I currently have a Delonghi Dedica and Sage Smart Grinder Pro.

I am happy enough with the shots I pull but feel a bit limited by the machine (I do use unpressurised baskets). I tend (or try) to make flat whites. I was thinking of spending about £300 on a second hand machine. Am I going to do any better than a Gaggia Classic Pro or a Rancilio Silva (if I found one at that price)?

Thanks


----------



## coffeechap (Apr 5, 2012)

I would get an original Gaggia classic and modify it, @MrShades is the go to guy for anything gaggia


----------



## ryan1982 (2 mo ago)

coffeechap said:


> I would get an original Gaggia classic and modify it, @MrShades is the go to guy for anything gaggia


Thanks, please can you tell me what years are classed as 'original'?


----------



## Jonathon White (Dec 7, 2021)

Shades of coffee is a good site to look at.
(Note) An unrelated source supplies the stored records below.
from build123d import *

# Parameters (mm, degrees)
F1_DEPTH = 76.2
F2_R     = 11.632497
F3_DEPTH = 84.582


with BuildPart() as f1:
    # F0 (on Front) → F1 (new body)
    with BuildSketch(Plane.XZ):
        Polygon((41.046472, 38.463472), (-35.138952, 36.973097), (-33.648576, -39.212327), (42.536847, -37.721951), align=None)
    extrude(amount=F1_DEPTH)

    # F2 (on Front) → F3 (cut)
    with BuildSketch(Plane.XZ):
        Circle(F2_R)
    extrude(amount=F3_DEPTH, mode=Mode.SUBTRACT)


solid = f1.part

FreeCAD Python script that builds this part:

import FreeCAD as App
import Part
import Sketcher
from FreeCAD import Vector
Q = App.Units.Quantity

doc = App.newDocument("Part")
body = doc.addObject("PartDesign::Body", "Body")

# Sketch on XZ plane
sketch1 = body.newObject("Sketcher::SketchObject", "Sketch")
sketch1.AttachmentSupport = (doc.getObject("XZ_Plane"), [""])
sketch1.MapMode = "FlatFace"
sketch1.addGeometry(Part.LineSegment(Vector(41.046472, 38.463472, 0), Vector(-35.138952, 36.973097, 0)), False)
sketch1.addGeometry(Part.LineSegment(Vector(-35.138952, 36.973097, 0), Vector(-33.648576, -39.212327, 0)), False)
sketch1.addGeometry(Part.LineSegment(Vector(-33.648576, -39.212327, 0), Vector(42.536847, -37.721951, 0)), False)
sketch1.addGeometry(Part.LineSegment(Vector(42.536847, -37.721951, 0), Vector(41.046472, 38.463472, 0)), False)
sketch1.addConstraint(Sketcher.Constraint("Coincident", 0, 2, 1, 1))
sketch1.addConstraint(Sketcher.Constraint("Coincident", 1, 2, 2, 1))
sketch1.addConstraint(Sketcher.Constraint("Coincident", 2, 2, 3, 1))
sketch1.addConstraint(Sketcher.Constraint("Coincident", 3, 2, 0, 1))
sketch1.addConstraint(Sketcher.Constraint("Perpendicular", 0, 1))
sketch1.addConstraint(Sketcher.Constraint("Perpendicular", 1, 2))
sketch1.addConstraint(Sketcher.Constraint("Perpendicular", 2, 3))
sketch1.addConstraint(Sketcher.Constraint("Equal", 0, 1))
sketch1.addConstraint(Sketcher.Constraint("Distance", 0, Q("3 in")))
sketch1.addConstraint(Sketcher.Constraint("DistanceX", 0, 2, 2, 2, Q("77.675799 mm")))
sketch1.addConstraint(Sketcher.Constraint("DistanceY", 2, 2, -1, 1, Q("37.721951 mm")))
sketch1.addConstraint(Sketcher.Constraint("DistanceX", 0, 2, -1, 1, Q("35.138952 mm")))
pad1 = body.newObject("PartDesign::Pad", "Pad")
pad1.Profile = sketch1
pad1.Length = Q("3 in")

# Sketch on XZ plane
sketch2 = body.newObject("Sketcher::SketchObject", "Sketch001")
sketch2.AttachmentSupport = (doc.getObject("XZ_Plane"), [""])
sketch2.MapMode = "FlatFace"
sketch2.addGeometry(Part.Circle(Vector(0, 0, 0), Vector(0, 0, 1), 11.632497), False)
sketch2.addConstraint(Sketcher.Constraint("Coincident", 0, 3, -1, 1))
sketch2.addConstraint(Sketcher.Constraint("Diameter", 0, Q("23.264994 mm")))
pocket1 = body.newObject("PartDesign::Pocket", "Pocket")
pocket1.Profile = sketch2
pocket1.Length = Q("3.33 in")
pocket1.Reversed = True

doc.recompute()
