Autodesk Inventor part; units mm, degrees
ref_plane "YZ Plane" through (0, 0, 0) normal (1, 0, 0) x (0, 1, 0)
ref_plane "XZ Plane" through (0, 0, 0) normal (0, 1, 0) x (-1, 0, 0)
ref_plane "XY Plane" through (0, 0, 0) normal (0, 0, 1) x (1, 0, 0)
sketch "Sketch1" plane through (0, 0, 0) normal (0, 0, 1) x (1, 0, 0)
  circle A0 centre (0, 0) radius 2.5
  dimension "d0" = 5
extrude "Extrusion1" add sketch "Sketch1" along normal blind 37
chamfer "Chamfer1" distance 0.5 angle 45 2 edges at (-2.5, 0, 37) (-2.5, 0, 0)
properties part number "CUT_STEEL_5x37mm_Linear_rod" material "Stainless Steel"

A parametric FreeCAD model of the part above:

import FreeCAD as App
import Part
import Sketcher


def edges_at(feature, points):
    """Names of the edges that pass closest to the given points."""
    edges = feature.Shape.Edges
    near = lambda p: min(range(len(edges)), key=lambda i: edges[i].distToShape(Part.Vertex(*p))[0])
    return sorted({f"Edge{near(p) + 1}" for p in points})

doc = App.newDocument("Part")
body = doc.addObject("PartDesign::Body", "Body")

# Sketch on XY plane
sketch1 = body.newObject("Sketcher::SketchObject", "Sketch")
sketch1.AttachmentSupport = (doc.getObject("XY_Plane"), [""])
sketch1.MapMode = "FlatFace"
sketch1.addGeometry(Part.Circle(App.Vector(0, 0, 0), App.Vector(0, 0, 1), 2.5), False)
sketch1.addConstraint(Sketcher.Constraint("Coincident", 0, 3, -1, 1))
sketch1.addConstraint(Sketcher.Constraint("Diameter", 0, 5.0))
pad1 = body.newObject("PartDesign::Pad", "Pad")
pad1.Profile = sketch1
pad1.Length = 37
doc.recompute()

chamfer = body.newObject("PartDesign::Chamfer", "Chamfer")
chamfer.Base = (pad1, edges_at(pad1, [(-2.5, 0, 37), (-2.5, 0, 0)]))
chamfer.Size = 0.5

doc.recompute()
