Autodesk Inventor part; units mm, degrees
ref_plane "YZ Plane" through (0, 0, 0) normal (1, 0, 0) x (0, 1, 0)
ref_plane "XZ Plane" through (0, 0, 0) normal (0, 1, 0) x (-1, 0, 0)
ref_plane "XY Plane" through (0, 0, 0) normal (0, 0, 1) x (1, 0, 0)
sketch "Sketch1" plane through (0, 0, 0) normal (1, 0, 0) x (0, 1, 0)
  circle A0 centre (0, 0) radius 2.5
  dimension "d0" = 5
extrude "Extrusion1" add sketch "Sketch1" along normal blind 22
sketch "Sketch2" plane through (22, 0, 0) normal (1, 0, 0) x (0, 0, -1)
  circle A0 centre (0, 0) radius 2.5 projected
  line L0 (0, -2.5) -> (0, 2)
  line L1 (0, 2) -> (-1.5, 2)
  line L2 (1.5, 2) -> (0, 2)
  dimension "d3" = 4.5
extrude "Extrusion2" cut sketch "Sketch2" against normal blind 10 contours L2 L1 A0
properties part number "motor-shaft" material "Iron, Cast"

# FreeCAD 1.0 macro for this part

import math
import FreeCAD as App
import Part
import Sketcher

V = App.Vector
Q = App.Units.Quantity

doc = App.newDocument("Part")
body = doc.addObject("PartDesign::Body", "Body")

# Sketch on YZ plane
sketch1 = body.newObject("Sketcher::SketchObject", "Sketch")
sketch1.AttachmentSupport = (doc.getObject("YZ_Plane"), [""])
sketch1.MapMode = "FlatFace"
sketch1.addGeometry(Part.Circle(V(0, 0, 0), V(0, 0, 1), 2.5), False)
sketch1.addConstraint([
    Sketcher.Constraint("Coincident", 0, 3, -1, 1),
    Sketcher.Constraint("Diameter", 0, Q("5 mm")),
])
pad1 = body.newObject("PartDesign::Pad", "Pad")
pad1.Profile = sketch1
pad1.Length = 22

# Sketch on YZ plane
sketch2 = body.newObject("Sketcher::SketchObject", "Sketch001")
sketch2.AttachmentSupport = (doc.getObject("YZ_Plane"), [""])
sketch2.MapMode = "FlatFace"
sketch2.AttachmentOffset = App.Placement(V(0, 0, 22), App.Rotation())
sketch2.addGeometry([
    Part.LineSegment(V(2, 1.5, 0), V(2, -1.5, 0)),
    Part.ArcOfCircle(Part.Circle(V(0, 0, 0), V(0, 0, 1), 2.5), math.radians(-37), math.radians(37)),
], False)
sketch2.addConstraint([
    Sketcher.Constraint("Coincident", 0, 1, 1, 2),
    Sketcher.Constraint("Coincident", 1, 1, 0, 2),
    Sketcher.Constraint("Vertical", 0),
    Sketcher.Constraint("Coincident", 1, 3, -1, 1),
    Sketcher.Constraint("Radius", 1, Q("2.5 mm")),
    Sketcher.Constraint("DistanceY", 0, 2, 0, 1, Q("3 mm")),
])
pocket1 = body.newObject("PartDesign::Pocket", "Pocket")
pocket1.Profile = sketch2
pocket1.Length = 10

doc.recompute()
It can tell you most things about the Gaggia and is a modding site also.


----------



## fishislander (1 mo ago)

ryan1982 said:


> Thanks, please can you tell me what years are classed as 'original'?


Original is the pre 2018's, there's a new version of classic pro in 2019. I guess depends which you can get your hands on. Gaggia is known for lasting for like 30 years! But yes, Shades of Coffee have mod parts for both.


----------